Knowing that the expression levels of IL10 may contribute to the carcinogenesis of NPC, we have selected three promoter polymorphic sites of the IL10 gene, A-1082G (rs1800896), T-819C (rs3021097), and A-592C (rs1800872), and clarified their associations with susceptibility for NPC risk in a central Taiwan population. We found that the AG and GG genotypes of IL10 A-1082G were significantly associated with a higher susceptibility for NPC in a Taiwanese population (Table II). This is supported by previous findings that the G allele of IL10 A-1082G not only is associated with higher IL10 expression, but with a higher frequency in undifferentiated carcinomas of nasopharyngeal type in Italian patients, as compared to healthy controls (29). In 2007, Wei and his colleagues also reported that the AG and GG genotypes of IL10 A-1082G were associated with a significantly increased risk of NPC, as compared with the -1082 AA genotype, in a case–control study in a population in China with 198 patients with NPC and 210 healthy controls (26). However, in another investigation recruiting 160 patients with NPC and 156 healthy controls in Tunisia, the association between IL10 genotype and NPC risk was not significant (30). For this inconsistency, we propose an explanation that the Han populations have genotypic backgrounds very similar to each other, but different from these of Western countries. One piece of evidence supporting this hypothesis could be provided by the basal genotypic frequencies of IL10 A-1082G among the controls in these studies: AA, AG and GG percentages were 80.3, 17.6 and 2.1% for Taiwanese; 79.5, 18.1 and 2.4% for cases from mainland China; and 44.8, 38.5 and 16.7% for the Tunisian population, respectively. Noticeably, the latter population has an almost 8-fold higher frequency of the GG genotype. However, there is much higher risk of NPC for the two Eastern populations than the Western one.
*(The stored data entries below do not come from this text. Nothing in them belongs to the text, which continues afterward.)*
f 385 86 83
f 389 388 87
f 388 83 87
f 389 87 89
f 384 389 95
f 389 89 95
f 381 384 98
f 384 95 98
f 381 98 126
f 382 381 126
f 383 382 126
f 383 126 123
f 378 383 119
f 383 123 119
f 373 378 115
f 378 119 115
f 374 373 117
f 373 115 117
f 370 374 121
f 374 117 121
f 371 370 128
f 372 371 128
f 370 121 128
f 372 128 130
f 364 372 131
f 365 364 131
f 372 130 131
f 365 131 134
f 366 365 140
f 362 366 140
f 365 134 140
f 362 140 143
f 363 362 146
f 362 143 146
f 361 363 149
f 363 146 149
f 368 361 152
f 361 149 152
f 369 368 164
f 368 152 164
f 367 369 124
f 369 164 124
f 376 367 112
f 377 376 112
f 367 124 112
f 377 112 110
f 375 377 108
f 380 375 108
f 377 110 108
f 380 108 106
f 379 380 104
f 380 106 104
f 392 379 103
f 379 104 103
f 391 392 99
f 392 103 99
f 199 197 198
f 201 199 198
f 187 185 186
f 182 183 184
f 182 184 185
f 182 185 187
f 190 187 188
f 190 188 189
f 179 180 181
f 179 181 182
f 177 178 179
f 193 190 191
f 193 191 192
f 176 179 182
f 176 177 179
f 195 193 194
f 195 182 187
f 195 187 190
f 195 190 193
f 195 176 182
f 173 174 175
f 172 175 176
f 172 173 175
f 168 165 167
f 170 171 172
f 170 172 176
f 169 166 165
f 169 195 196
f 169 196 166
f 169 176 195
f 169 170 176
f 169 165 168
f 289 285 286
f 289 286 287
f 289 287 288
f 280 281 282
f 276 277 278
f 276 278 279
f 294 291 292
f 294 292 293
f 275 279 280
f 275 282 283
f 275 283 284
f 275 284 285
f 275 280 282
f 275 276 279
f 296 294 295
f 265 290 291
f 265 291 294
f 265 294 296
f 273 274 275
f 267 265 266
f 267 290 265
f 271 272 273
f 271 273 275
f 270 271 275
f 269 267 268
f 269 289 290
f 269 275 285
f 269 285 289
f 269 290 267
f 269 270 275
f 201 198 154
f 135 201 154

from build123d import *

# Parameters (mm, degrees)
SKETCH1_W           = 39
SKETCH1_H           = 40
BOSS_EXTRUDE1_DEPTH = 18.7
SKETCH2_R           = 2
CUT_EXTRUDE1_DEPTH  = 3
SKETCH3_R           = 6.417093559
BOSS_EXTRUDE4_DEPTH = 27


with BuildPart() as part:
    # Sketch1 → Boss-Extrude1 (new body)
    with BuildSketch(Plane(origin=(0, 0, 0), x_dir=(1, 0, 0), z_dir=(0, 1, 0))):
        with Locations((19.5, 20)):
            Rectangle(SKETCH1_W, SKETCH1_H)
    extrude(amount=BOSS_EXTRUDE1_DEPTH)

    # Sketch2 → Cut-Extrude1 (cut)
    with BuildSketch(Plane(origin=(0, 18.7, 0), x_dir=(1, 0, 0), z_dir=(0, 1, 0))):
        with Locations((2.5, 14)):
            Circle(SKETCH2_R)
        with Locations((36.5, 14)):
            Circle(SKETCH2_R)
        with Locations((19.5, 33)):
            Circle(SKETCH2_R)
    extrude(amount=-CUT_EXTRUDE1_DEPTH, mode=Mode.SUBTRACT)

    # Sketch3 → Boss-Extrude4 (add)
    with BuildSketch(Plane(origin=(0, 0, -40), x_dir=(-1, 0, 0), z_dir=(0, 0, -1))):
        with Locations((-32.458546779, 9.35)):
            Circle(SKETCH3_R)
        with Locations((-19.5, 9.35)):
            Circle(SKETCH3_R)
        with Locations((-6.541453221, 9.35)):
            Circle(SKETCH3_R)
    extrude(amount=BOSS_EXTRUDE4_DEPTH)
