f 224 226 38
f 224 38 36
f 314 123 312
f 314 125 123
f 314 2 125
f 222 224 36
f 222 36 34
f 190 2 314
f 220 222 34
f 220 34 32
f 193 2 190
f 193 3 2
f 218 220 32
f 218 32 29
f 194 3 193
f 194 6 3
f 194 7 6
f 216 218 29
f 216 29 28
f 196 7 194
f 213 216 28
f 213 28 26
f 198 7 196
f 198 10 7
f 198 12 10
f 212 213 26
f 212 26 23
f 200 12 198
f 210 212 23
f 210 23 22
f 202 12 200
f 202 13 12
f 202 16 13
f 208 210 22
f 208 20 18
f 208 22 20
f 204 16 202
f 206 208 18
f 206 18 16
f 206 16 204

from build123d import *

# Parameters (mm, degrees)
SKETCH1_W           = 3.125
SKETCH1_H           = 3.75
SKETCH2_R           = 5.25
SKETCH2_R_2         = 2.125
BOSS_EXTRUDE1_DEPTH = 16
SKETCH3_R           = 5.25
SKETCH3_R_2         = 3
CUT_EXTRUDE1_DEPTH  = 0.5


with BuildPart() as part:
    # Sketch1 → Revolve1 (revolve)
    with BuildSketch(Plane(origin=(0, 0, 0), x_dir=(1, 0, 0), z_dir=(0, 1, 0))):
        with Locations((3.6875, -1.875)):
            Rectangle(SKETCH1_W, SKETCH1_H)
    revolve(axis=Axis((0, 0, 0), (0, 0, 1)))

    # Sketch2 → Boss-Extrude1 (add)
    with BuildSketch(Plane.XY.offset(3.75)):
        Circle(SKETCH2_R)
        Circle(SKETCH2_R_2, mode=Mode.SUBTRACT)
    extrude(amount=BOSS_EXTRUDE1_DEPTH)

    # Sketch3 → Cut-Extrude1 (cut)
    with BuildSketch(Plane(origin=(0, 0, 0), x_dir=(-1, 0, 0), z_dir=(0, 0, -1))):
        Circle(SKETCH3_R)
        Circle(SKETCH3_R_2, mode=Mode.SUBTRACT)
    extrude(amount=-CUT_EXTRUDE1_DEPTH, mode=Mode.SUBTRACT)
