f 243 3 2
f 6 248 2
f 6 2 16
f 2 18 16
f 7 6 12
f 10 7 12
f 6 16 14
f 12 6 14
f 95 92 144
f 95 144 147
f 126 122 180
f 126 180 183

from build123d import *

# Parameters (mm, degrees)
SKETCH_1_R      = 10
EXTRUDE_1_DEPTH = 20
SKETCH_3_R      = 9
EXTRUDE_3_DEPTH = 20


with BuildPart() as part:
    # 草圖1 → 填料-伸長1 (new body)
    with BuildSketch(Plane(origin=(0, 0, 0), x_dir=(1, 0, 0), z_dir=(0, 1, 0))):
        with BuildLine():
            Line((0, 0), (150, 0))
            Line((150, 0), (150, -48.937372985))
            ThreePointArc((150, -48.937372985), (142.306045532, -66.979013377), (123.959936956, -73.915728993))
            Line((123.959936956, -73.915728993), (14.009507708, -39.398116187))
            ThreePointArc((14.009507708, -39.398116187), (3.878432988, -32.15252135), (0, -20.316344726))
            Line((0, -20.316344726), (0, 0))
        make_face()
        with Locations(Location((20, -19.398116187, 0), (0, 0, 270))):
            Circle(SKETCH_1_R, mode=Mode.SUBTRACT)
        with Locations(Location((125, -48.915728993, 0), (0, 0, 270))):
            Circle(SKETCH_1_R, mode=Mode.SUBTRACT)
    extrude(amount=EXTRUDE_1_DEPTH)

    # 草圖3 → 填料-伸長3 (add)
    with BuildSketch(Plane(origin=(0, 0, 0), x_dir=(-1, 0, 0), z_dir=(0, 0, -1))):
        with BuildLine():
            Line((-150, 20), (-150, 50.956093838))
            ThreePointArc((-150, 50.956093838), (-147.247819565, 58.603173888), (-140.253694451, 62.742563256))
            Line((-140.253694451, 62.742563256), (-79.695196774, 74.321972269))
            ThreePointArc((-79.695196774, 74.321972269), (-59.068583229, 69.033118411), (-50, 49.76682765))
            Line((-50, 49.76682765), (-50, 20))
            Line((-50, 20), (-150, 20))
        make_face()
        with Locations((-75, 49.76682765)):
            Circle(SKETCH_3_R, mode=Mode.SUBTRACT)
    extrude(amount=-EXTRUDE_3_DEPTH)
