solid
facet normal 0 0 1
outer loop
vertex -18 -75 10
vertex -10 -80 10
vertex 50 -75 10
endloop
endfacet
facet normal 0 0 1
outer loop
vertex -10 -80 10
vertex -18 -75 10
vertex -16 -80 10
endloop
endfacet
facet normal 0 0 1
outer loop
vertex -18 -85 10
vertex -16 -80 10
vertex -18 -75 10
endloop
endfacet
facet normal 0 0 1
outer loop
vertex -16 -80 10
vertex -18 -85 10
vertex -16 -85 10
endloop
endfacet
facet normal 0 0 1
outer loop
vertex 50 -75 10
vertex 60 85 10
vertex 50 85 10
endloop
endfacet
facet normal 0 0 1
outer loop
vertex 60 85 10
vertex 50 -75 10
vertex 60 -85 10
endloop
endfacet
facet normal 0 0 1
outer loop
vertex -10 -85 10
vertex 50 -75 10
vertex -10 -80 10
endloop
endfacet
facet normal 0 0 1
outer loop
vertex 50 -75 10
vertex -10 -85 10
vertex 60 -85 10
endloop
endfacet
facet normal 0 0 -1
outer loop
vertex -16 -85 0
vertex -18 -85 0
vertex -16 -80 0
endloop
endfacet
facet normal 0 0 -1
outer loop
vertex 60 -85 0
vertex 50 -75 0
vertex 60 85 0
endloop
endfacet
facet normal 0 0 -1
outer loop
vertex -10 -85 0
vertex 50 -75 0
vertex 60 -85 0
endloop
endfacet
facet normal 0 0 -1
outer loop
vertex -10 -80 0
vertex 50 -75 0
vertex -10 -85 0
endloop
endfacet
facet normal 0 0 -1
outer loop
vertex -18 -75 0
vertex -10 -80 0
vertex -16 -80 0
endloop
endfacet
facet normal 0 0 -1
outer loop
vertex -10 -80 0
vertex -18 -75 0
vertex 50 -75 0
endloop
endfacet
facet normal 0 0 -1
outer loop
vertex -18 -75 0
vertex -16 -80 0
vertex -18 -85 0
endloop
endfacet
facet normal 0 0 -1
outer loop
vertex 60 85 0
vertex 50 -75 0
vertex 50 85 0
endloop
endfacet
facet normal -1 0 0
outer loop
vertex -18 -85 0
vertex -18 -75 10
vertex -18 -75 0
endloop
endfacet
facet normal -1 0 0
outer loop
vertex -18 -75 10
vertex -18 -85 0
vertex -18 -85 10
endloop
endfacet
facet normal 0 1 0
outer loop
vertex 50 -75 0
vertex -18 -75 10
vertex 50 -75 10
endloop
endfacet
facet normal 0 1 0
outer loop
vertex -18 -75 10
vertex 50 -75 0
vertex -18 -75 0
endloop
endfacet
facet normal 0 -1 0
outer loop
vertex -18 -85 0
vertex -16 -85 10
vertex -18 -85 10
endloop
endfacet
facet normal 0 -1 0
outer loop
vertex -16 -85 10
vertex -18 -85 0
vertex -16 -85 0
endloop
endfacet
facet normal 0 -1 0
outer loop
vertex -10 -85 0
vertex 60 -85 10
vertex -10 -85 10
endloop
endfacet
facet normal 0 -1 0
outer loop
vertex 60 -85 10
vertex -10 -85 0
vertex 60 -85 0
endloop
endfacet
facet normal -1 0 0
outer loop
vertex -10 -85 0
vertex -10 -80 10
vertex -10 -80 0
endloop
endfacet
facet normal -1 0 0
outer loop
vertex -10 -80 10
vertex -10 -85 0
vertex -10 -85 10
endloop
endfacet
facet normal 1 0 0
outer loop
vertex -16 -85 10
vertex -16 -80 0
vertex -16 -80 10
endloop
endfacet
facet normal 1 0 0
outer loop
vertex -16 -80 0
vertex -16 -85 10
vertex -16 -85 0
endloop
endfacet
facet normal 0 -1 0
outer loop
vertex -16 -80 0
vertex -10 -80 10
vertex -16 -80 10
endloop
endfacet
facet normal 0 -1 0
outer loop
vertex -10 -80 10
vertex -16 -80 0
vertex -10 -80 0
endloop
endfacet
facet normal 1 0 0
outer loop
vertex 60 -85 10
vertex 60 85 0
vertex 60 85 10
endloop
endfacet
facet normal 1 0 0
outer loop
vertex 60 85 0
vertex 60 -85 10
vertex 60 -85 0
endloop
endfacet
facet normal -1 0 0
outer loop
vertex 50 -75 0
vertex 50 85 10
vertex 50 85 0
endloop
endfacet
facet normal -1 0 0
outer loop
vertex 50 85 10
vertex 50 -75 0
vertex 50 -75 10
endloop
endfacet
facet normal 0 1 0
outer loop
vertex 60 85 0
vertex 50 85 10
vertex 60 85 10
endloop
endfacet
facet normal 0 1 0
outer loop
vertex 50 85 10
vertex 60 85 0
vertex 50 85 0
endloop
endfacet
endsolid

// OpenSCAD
$fn = 90;

stand_diameter = 75;
stand_heigth = 170;
pole_diameter = 10;
/*
difference() {
    translate([0, 0, 0]) {
        translate([0, 0, 3]) cylinder(d1 = stand_diameter, d2 = pole_diameter, h = pole_diameter);
        cylinder(d = stand_diameter, h = 3);
    }
    cube([10.1, 10.1, 50], true);
    translate([0, 0, 14]) cube([40, 40, 10], true);
}
*/

translate([50, -stand_heigth/2, 0]) cube([10, stand_heigth, 10]);

translate([-18, -stand_heigth/2, 0]) 
    difference() {
        cube([70, 10, 10]);
        translate([2, -1, -5]) cube([6, 6, 20]);
    }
It is reasonable to suspect that a) the GG genotype of IL10 A-1082G is a unique biomarker of NPC only for Eastern populations; b) the GG genotype of IL10 A-1082G is a universal biomarker of NPC for both Eastern and Western populations, but the contribution of other SNPs and other factors such as a salty diet and polluted working place to NPC susceptibility should also be considered. All these possibilities should be further investigated in enlarged and broadened populations.

View this table:
Table V.

Distribution of interleukin-10 (IL10) A-1082G (rs1800896) genotypes in patients with nasopharyngeal carcinoma after stratification by cigarette smoking habit.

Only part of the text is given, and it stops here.